JAKARTA - Seruan perang total yang disampaikan Wakil Ketua Tim Kampanye Nasional (TKN) Jokowi-Ma'ruf, Jenderal TNI (Purn) Moeldoko pertengahan Februari lalu masih menjadi perbincangan hangat publik. Perang yang dimaknai sebuah kompetisi boleh saja, asal tak brutal yakni menabrak adab dan aturan hukum yang berlaku.
Perang total sebagai bagian strategi bagi pemenangan di internal tim boleh dan sah-sah saja. Asal, kompetisi itu harus tetap berpijak pada adab dan aturan hukum yang berlaku.
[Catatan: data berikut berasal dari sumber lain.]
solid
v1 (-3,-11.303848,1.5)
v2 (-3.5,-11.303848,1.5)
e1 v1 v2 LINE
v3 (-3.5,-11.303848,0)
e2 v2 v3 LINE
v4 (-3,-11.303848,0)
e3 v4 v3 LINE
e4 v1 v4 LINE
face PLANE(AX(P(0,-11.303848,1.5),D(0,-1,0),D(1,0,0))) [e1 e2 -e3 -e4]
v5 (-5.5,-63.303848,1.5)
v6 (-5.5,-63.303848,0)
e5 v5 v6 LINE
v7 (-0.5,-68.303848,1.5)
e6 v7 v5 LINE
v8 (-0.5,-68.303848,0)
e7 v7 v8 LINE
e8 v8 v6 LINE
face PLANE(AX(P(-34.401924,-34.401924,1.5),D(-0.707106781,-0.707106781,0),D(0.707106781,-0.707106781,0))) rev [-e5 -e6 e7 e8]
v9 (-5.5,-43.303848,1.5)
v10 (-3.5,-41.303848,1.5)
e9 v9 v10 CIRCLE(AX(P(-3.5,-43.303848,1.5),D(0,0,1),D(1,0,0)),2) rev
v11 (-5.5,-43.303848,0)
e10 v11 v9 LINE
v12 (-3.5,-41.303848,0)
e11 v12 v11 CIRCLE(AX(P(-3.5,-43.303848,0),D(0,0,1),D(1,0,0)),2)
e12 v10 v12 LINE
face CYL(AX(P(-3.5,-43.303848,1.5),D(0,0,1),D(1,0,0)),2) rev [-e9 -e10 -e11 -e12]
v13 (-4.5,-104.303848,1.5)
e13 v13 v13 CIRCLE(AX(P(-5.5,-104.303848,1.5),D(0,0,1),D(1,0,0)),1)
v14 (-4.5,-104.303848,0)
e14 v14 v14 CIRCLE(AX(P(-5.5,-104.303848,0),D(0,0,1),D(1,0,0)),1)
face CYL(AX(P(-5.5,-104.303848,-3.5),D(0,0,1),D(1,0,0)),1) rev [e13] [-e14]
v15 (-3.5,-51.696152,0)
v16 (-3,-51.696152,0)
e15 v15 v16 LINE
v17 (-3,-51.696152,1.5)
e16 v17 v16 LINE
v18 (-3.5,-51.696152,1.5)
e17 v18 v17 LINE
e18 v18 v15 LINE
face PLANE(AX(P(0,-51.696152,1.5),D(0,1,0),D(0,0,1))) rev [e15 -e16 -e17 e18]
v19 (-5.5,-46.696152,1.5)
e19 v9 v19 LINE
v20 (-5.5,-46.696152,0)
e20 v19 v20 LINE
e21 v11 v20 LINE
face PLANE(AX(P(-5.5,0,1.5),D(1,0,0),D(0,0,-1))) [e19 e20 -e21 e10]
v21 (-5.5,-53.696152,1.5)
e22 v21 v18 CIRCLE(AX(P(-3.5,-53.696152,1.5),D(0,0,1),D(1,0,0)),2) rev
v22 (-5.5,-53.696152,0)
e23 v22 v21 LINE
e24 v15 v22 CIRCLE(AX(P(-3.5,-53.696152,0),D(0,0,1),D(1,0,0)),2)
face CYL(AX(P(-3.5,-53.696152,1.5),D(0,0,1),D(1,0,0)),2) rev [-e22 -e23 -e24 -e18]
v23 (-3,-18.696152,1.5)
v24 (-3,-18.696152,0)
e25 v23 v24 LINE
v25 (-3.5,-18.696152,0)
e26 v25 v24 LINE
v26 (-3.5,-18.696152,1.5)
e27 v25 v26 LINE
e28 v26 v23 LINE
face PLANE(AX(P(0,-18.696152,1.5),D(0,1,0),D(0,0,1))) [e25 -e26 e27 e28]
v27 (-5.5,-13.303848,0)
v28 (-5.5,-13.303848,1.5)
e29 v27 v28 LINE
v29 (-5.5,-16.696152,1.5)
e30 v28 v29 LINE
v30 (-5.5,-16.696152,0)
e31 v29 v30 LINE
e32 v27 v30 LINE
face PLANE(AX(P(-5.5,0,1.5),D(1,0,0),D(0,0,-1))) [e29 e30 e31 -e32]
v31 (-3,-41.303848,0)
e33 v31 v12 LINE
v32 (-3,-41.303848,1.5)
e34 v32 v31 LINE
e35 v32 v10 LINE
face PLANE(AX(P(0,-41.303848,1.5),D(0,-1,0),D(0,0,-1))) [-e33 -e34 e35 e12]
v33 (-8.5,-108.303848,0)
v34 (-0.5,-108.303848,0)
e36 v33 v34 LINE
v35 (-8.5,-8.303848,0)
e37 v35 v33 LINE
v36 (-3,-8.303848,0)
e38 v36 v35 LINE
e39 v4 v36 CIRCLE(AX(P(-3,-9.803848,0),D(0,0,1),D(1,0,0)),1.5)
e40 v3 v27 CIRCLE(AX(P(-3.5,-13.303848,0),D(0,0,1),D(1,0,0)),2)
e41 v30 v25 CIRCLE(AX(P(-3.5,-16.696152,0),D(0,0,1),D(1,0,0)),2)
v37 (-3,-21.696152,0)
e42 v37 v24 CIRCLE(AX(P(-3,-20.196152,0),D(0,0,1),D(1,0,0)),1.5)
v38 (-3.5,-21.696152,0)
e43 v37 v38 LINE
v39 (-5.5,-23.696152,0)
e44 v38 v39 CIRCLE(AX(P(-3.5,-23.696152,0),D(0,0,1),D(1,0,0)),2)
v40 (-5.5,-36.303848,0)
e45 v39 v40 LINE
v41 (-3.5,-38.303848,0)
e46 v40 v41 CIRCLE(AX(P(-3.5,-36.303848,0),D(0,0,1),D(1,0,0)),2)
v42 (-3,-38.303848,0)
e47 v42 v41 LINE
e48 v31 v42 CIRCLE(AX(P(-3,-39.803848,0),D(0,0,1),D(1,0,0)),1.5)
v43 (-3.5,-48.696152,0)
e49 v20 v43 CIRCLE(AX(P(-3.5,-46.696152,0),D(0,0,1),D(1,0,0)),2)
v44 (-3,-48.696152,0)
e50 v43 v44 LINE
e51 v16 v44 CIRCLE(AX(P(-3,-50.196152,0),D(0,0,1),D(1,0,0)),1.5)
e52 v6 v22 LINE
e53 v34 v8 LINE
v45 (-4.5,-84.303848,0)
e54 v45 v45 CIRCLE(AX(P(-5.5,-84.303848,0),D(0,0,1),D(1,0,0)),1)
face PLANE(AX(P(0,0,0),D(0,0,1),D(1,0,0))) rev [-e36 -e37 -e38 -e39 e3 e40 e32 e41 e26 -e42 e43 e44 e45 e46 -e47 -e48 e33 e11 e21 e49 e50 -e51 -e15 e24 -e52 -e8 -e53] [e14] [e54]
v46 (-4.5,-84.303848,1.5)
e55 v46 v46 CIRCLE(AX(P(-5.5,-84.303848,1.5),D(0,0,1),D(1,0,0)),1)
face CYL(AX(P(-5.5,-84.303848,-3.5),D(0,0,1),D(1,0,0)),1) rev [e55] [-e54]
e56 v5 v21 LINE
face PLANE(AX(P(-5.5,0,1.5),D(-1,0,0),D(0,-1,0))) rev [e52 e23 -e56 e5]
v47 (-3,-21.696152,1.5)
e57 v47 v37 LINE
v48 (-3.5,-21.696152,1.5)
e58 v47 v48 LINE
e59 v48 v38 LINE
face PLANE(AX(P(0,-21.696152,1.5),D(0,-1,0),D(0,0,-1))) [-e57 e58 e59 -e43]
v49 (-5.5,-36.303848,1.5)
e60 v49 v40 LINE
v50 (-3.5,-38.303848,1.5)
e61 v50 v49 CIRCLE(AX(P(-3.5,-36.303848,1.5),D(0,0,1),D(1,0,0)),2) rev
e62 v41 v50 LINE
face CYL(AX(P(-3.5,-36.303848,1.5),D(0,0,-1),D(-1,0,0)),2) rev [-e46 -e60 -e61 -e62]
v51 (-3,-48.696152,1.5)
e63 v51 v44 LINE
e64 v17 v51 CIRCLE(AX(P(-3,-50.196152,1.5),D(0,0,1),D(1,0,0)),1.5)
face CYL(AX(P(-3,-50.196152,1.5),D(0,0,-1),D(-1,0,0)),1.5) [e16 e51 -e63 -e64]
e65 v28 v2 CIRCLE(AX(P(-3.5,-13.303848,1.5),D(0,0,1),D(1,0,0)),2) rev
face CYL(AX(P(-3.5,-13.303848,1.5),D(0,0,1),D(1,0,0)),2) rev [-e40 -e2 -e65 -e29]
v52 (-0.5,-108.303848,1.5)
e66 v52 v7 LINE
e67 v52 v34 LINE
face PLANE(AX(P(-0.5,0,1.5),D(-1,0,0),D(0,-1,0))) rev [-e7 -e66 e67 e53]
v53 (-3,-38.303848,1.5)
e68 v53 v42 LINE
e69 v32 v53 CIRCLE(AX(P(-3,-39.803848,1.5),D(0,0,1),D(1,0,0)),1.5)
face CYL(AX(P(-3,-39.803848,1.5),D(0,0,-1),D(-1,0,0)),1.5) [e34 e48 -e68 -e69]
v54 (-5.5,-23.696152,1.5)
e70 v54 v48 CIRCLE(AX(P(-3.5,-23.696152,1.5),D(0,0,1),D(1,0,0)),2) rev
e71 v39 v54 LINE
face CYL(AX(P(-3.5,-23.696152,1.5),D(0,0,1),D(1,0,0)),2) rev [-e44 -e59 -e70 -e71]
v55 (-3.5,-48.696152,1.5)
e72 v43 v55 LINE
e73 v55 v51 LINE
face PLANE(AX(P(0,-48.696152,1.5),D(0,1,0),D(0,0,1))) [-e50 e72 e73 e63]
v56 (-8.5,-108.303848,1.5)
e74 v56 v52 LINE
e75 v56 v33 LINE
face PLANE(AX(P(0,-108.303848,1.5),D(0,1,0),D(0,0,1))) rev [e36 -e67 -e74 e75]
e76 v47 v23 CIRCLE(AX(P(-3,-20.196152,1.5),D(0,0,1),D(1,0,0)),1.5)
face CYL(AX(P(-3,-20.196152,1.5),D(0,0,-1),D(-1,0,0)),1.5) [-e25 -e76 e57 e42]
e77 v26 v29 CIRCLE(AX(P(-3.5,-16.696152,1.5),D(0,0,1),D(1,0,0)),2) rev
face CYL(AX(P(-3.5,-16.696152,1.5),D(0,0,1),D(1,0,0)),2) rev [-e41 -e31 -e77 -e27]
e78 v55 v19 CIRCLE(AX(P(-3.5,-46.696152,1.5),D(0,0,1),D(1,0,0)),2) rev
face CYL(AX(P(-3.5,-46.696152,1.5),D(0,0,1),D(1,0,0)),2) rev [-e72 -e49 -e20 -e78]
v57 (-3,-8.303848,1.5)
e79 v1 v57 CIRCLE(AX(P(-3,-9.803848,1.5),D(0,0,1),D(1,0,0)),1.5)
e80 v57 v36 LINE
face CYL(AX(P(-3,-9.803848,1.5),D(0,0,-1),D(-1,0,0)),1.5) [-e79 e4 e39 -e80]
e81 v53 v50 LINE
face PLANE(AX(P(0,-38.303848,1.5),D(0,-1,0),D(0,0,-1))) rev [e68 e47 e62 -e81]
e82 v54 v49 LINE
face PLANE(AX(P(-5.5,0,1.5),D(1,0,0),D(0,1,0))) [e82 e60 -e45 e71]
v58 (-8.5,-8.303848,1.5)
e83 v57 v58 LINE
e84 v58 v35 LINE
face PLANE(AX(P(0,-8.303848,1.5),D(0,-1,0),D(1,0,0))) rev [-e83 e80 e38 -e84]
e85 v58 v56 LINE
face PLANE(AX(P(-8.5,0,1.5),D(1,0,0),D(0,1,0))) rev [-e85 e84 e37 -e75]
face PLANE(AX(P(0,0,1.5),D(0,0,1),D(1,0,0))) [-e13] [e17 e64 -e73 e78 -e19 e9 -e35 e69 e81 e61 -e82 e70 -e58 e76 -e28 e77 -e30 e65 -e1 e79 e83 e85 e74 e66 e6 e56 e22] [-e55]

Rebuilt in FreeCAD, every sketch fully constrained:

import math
import FreeCAD as App
import Part
import Sketcher
Q = App.Units.Quantity


def edges_at(feature, points):
    """Names of the edges that pass closest to the given points."""
    edges = feature.Shape.Edges
    near = lambda p: min(range(len(edges)), key=lambda i: edges[i].distToShape(Part.Vertex(*p))[0])
    return sorted({f"Edge{near(p) + 1}" for p in points})

doc = App.newDocument("Part")
body = doc.addObject("PartDesign::Body", "Body")

# Sketch on XY plane
sketch1 = body.newObject("Sketcher::SketchObject", "Sketch")
sketch1.AttachmentSupport = (doc.getObject("XY_Plane"), [""])
sketch1.MapMode = "FlatFace"
sketch1.addGeometry([
    Part.LineSegment(App.Vector(-5.5, -11.3, 0), App.Vector(-3, -11.3, 0)),  # 0
    Part.ArcOfCircle(Part.Circle(App.Vector(-3, -9.8, 0), App.Vector(0, 0, 1), 1.5), math.radians(-90), math.radians(90)),  # 1
    Part.LineSegment(App.Vector(-3, -8.3, 0), App.Vector(-8.5, -8.3, 0)),  # 2
    Part.LineSegment(App.Vector(-8.5, -8.3, 0), App.Vector(-8.5, -108.3, 0)),  # 3
    Part.LineSegment(App.Vector(-8.5, -108.3, 0), App.Vector(-0.5, -108.3, 0)),  # 4
    Part.LineSegment(App.Vector(-0.5, -108.3, 0), App.Vector(-0.5, -68.3, 0)),  # 5
    Part.LineSegment(App.Vector(-0.5, -68.3, 0), App.Vector(-5.5, -63.3, 0)),  # 6
    Part.LineSegment(App.Vector(-5.5, -63.3, 0), App.Vector(-5.5, -51.7, 0)),  # 7
    Part.LineSegment(App.Vector(-5.5, -51.7, 0), App.Vector(-3, -51.7, 0)),  # 8
    Part.ArcOfCircle(Part.Circle(App.Vector(-3, -50.2, 0), App.Vector(0, 0, 1), 1.5), math.radians(-90), math.radians(90)),  # 9
    Part.LineSegment(App.Vector(-3, -48.7, 0), App.Vector(-5.5, -48.7, 0)),  # 10
    Part.LineSegment(App.Vector(-5.5, -48.7, 0), App.Vector(-5.5, -41.3, 0)),  # 11
    Part.LineSegment(App.Vector(-5.5, -41.3, 0), App.Vector(-3, -41.3, 0)),  # 12
    Part.ArcOfCircle(Part.Circle(App.Vector(-3, -39.8, 0), App.Vector(0, 0, 1), 1.5), math.radians(-90), math.radians(90)),  # 13
    Part.LineSegment(App.Vector(-3, -38.3, 0), App.Vector(-5.5, -38.3, 0)),  # 14
    Part.LineSegment(App.Vector(-5.5, -38.3, 0), App.Vector(-5.5, -21.7, 0)),  # 15
    Part.LineSegment(App.Vector(-5.5, -21.7, 0), App.Vector(-3, -21.7, 0)),  # 16
    Part.ArcOfCircle(Part.Circle(App.Vector(-3, -20.2, 0), App.Vector(0, 0, 1), 1.5), math.radians(-90), math.radians(90)),  # 17
    Part.LineSegment(App.Vector(-3, -18.7, 0), App.Vector(-5.5, -18.7, 0)),  # 18
    Part.LineSegment(App.Vector(-5.5, -18.7, 0), App.Vector(-5.5, -11.3, 0)),  # 19
], False)
sketch1.addConstraint([
    Sketcher.Constraint("Tangent", 0, 2, 1, 1),
    Sketcher.Constraint("Tangent", 1, 2, 2, 1),
    Sketcher.Constraint("Coincident", 2, 2, 3, 1),
    Sketcher.Constraint("Coincident", 3, 2, 4, 1),
    Sketcher.Constraint("Coincident", 4, 2, 5, 1),
    Sketcher.Constraint("Coincident", 5, 2, 6, 1),
    Sketcher.Constraint("Coincident", 6, 2, 7, 1),
    Sketcher.Constraint("Coincident", 7, 2, 8, 1),
    Sketcher.Constraint("Tangent", 8, 2, 9, 1),
    Sketcher.Constraint("Tangent", 9, 2, 10, 1),
    Sketcher.Constraint("Coincident", 10, 2, 11, 1),
    Sketcher.Constraint("Coincident", 11, 2, 12, 1),
    Sketcher.Constraint("Tangent", 12, 2, 13, 1),
    Sketcher.Constraint("Tangent", 13, 2, 14, 1),
    Sketcher.Constraint("Coincident", 14, 2, 15, 1),
    Sketcher.Constraint("Coincident", 15, 2, 16, 1),
    Sketcher.Constraint("Tangent", 16, 2, 17, 1),
    Sketcher.Constraint("Tangent", 17, 2, 18, 1),
    Sketcher.Constraint("Coincident", 18, 2, 19, 1),
    Sketcher.Constraint("Coincident", 19, 2, 0, 1),
    Sketcher.Constraint("Horizontal", 0),
    Sketcher.Constraint("Horizontal", 2),
    Sketcher.Constraint("Vertical", 3),
    Sketcher.Constraint("Horizontal", 4),
    Sketcher.Constraint("Vertical", 5),
    Sketcher.Constraint("Vertical", 7),
    Sketcher.Constraint("Horizontal", 8),
    Sketcher.Constraint("Horizontal", 10),
    Sketcher.Constraint("Vertical", 11),
    Sketcher.Constraint("Horizontal", 12),
    Sketcher.Constraint("Horizontal", 14),
    Sketcher.Constraint("Vertical", 15),
    Sketcher.Constraint("Horizontal", 16),
    Sketcher.Constraint("Horizontal", 18),
    Sketcher.Constraint("Vertical", 19),
    Sketcher.Constraint("Equal", 1, 9),
    Sketcher.Constraint("Equal", 9, 13),
    Sketcher.Constraint("Equal", 13, 17),
    Sketcher.Constraint("Vertical", 1, 3, 9, 3),
    Sketcher.Constraint("Vertical", 9, 3, 13, 3),
    Sketcher.Constraint("Vertical", 13, 3, 17, 3),
    Sketcher.Constraint("Vertical", 7, 2, 10, 2),
    Sketcher.Constraint("Vertical", 11, 2, 14, 2),
    Sketcher.Constraint("Vertical", 15, 2, 18, 2),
Kompetisi tidak boleh menabrak aturan apalagi dengan cara brutal.
Capres petahana Joko Widodo dalam kesempatan debat kedua tampak telah melakukan strategi perang total dengan mengungkit soal kepemilikan tanah yang dimiliki Prabowo Subianto, pesaing tunggalnya dalam Pilpres 2019 ini.
Mulanya Jokowi menyinggung soal program bagi-bagi sertifikat oleh pemerintahannya. Namun, program tersebut dikritik oleh Prabowo karena dinilai populer saat ini namun untuk masa mendatang akan menjadi masalah bagi generasi mendatang. Umpan balik Prabowo inilah yang memicu Jokowi menyinggung soal kepemilikan lahan Prabowo.
"Kita tidak memberikan kepada yang gede-gede.Saya tahu Pak Prabowo memiliki lahan yang sangat luas di Kaltim, sebesar 220 ribu hektare, juga di Aceh Tengah ada 120 ribu hektare," sebut Jokowi dalam debat perdana. Menimpali pernyataan Jokowi, Prabowo menyatakan lahan yang dimiliki merupakan Hak Guna Usaha (HGU) yang sewaktu-waktu dapat diambilalih oleh negara.
Pernyataan Jokowi akhirnya menimbulkan polemik di publik. Badan Pemenangan Nasional (BPN) Prabowo-Sandi menilai Jokowi telah keluar dari bingkai debat. Jokowi dituding menyerang pribadi Prabowo. Wapres Jusuf Kalla turut serta dalam hiruk pikuk polemik kepemilikan lahan Prabowo.
JK menyebutkan lahan yang dimiliki Prabowo dilakukan saat dirinya menjabat Wapres di periode Presiden SBY dan dilakukan secara legal. "Pak Prabowo memang menguasai, tapi sesuai UU. Sesuai aturan, mana yang salah? Kebetulan waktu itu saya yang kasih itu," sebut JK.
Soal tanah kembali disinggung oleh Jokowi saat Pidato Kebangsaan yang digelar di Sentul International Convention Center (SICC) kembali menyinggung soal lahan. Meski tak sebut nama Prabowo, Jokowi tampak terlihat menyindir Prabowo yang saat debat kedua capres mengaku siap lahannya dikembalikan ke negara jika membutuhkan.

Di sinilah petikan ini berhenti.